Под конец убогого празднества Ройбер писал жене:
«Как ни неловко — и даже стыдно — мне говорить это, но к картине, на которой я изобразил Мать и Младенца, и к нашему бункеру началось прямо-таки паломничество. И уходили оттуда совсем другие люди. Один из наших лейтенантов роздал солдатам всё, что у него было: сигареты, писчую бумагу, хлеб. „У меня больше ничего не осталось, — говорил он. — И всё-таки это Рождество — прекраснейшее в моей жизни“. Командир дивизии угостил меня и других врачей спиртом из своей фляжки и подарил плитку шоколада. Была даже бутылка настоящего французского шампанского — для самых тяжелых из тех, кто находится на моем попечении. И знаешь, что я тебе скажу? Я с лёгким сердцем повторяю слова лейтенанта. Ибо я, что бы со мной ни случилось, бесконечно благодарен за то, что подарил мне сочельник и — заранее — за всё то, что пошлет весь этот необыкновенно начавшийся год».
Но о том, что уже на следующее утро карающая справедливость их противника обрушит на занятый чужаками лоскут земли вал земного и небесного огня, Ройбер написать жене так и не сумел. Слишком много страдающей человеческой плоти обрушилось на него самого.
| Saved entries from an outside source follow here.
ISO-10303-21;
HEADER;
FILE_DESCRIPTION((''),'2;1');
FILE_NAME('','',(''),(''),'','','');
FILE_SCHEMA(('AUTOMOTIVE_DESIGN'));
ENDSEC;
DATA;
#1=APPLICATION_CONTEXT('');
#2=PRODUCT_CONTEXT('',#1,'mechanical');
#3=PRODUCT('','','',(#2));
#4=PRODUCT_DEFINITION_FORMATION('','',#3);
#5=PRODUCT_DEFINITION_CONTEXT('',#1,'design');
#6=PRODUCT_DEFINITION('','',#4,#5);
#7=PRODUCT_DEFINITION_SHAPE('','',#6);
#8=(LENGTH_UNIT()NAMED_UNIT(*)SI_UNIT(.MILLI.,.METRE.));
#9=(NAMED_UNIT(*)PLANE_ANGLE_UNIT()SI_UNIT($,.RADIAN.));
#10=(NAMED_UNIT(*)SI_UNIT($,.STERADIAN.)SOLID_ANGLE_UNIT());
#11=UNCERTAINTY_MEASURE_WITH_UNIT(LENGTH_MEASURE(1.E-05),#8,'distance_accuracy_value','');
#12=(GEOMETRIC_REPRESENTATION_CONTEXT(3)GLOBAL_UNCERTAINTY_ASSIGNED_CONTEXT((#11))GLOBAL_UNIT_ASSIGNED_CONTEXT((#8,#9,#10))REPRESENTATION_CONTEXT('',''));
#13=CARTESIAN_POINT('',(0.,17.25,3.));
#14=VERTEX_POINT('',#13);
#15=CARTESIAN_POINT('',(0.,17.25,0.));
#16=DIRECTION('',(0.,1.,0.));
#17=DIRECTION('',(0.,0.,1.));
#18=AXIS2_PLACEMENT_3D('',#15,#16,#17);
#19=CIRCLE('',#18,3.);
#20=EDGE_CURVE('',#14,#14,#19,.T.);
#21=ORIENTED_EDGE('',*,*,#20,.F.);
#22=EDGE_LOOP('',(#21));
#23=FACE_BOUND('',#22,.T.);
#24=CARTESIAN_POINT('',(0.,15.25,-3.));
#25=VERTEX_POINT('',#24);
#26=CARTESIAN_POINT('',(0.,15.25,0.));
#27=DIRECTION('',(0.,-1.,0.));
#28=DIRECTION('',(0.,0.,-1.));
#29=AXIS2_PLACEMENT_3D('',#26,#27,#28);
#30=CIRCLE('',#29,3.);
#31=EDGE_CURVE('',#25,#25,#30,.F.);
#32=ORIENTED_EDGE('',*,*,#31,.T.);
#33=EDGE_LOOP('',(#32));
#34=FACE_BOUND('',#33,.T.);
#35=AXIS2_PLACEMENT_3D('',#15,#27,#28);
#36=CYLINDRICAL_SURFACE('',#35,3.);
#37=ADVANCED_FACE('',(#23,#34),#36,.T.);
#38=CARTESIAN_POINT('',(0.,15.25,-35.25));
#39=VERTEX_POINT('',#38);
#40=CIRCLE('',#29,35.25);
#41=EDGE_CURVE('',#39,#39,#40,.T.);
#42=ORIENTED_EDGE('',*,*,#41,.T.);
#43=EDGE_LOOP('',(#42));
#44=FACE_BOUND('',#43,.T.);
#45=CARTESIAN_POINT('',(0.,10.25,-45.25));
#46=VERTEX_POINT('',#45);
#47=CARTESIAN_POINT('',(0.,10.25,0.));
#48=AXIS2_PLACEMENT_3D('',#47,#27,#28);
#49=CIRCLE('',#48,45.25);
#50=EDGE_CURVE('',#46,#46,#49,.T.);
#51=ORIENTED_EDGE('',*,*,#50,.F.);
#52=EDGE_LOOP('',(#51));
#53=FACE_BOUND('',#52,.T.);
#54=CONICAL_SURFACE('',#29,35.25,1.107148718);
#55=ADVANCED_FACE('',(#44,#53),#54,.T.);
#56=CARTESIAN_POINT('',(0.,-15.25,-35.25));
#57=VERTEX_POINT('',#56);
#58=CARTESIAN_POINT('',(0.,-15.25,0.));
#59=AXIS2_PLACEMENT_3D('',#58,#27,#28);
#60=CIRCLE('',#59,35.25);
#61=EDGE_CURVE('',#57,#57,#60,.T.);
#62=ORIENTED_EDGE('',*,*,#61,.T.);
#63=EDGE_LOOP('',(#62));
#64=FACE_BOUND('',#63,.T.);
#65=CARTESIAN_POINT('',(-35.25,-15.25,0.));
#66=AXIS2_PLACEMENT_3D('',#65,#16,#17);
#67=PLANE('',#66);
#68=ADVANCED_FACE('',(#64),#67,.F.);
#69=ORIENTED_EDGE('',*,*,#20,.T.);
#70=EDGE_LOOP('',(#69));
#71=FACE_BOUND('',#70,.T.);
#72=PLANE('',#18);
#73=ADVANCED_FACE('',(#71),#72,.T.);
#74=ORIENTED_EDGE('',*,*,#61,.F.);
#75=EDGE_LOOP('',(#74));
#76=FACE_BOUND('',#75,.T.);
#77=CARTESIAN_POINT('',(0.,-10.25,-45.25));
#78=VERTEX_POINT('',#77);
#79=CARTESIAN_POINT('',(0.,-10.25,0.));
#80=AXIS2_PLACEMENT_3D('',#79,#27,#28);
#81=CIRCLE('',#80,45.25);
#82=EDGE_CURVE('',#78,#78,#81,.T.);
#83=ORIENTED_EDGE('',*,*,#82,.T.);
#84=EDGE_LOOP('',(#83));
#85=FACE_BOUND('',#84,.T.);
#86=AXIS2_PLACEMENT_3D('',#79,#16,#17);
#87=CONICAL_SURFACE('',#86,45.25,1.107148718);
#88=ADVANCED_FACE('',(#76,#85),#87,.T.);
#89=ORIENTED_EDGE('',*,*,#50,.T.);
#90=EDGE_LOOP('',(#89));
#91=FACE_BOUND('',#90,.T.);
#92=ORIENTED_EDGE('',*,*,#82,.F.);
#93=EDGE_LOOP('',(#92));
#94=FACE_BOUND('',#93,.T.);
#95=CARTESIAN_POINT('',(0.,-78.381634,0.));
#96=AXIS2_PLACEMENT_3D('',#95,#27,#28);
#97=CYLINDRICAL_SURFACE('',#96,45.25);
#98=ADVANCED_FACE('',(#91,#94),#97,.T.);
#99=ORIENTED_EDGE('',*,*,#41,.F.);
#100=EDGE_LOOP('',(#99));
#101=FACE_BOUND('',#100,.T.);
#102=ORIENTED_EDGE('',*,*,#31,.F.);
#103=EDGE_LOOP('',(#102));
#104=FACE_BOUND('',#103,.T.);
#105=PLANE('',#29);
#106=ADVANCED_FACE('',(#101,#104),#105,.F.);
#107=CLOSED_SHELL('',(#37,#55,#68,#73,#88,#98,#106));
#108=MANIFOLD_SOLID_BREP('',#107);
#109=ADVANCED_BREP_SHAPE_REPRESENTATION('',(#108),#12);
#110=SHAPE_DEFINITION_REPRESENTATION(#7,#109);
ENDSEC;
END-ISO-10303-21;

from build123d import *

# Parameters (mm, degrees)
ESQUISSE2_R        = 3
BOSS_EXTRU_1_DEPTH = 2


with BuildPart() as part:
    # Esquisse1 → Révolution1 (revolve)
    with BuildSketch(Plane.XY, mode=Mode.PRIVATE) as r_volution1_sk:
        Polygon((0, 15.25), (-35.25, 15.25), (-45.25, 10.25), (-45.25, -10.25), (-35.25, -15.25), (0, -15.25), align=None)
    revolve(r_volution1_sk.sketch.rotate(Axis((0, -78.381633957, 0), (0, 1, 0)), 270), axis=Axis((0, -78.381633957, 0), (0, 1, 0)))

    # Esquisse2 → Boss.-Extru.1 (add)
    with BuildSketch(Plane(origin=(0, 15.25, 0), x_dir=(1, 0, 0), z_dir=(0, 1, 0))):
        with Locations(Location((0, 0, 0), (0, 0, 90))):
            Circle(ESQUISSE2_R)
    extrude(amount=BOSS_EXTRU_1_DEPTH)


solid = part.part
И о том разговоре, что случилось несколько времени спустя, Курт тоже не сообщил милой супруге. Это было бы напрасным занятием, которое хоть и не могло никак уже повредить ему самому, привлекло бы к его близким излишнее внимание цензуры.
Наклонившись к носилкам генерала, военврач говорил:
— Вас вывезут из кольца, и вы сохраните жизнь, в отличие от многих из нас. Нам здесь предстоит платить за свои и чужие грехи полной мерой. Уж поверьте, герр Штайндлер, я всё это хорошенько прочувствовал. Так вот: возьмите с собой мою картину Пресвятой Девы и постарайтесь передать жене — адрес я написал. Она знает, что с этим делать.
…Последний самолет рвётся из пожатья каменной десницы и летит теперь в скрещении ночных прожекторов. Вырвался, наконец. Темнота, тишина, гудение моторов. Хмурые облака над головой.
Мадонна в вышине расстилает над Россией, над Европой, надо всем бесноватым миром свою ярко-синюю, как полуденное небо, мантию.
В санитарном блоке советского лагеря для военнопленных Курт Конрад Ройбер из последних сил приподнимается на локте, непослушным грифелем пишет по всему полю своей последней картины:
Примирение и прощение. Свет и жизнь.
И шепчет куда-то вверх:
— Я сделал всё верно, Моя Любимая Госпожа?
Падает на спину и умирает абсолютно счастливым.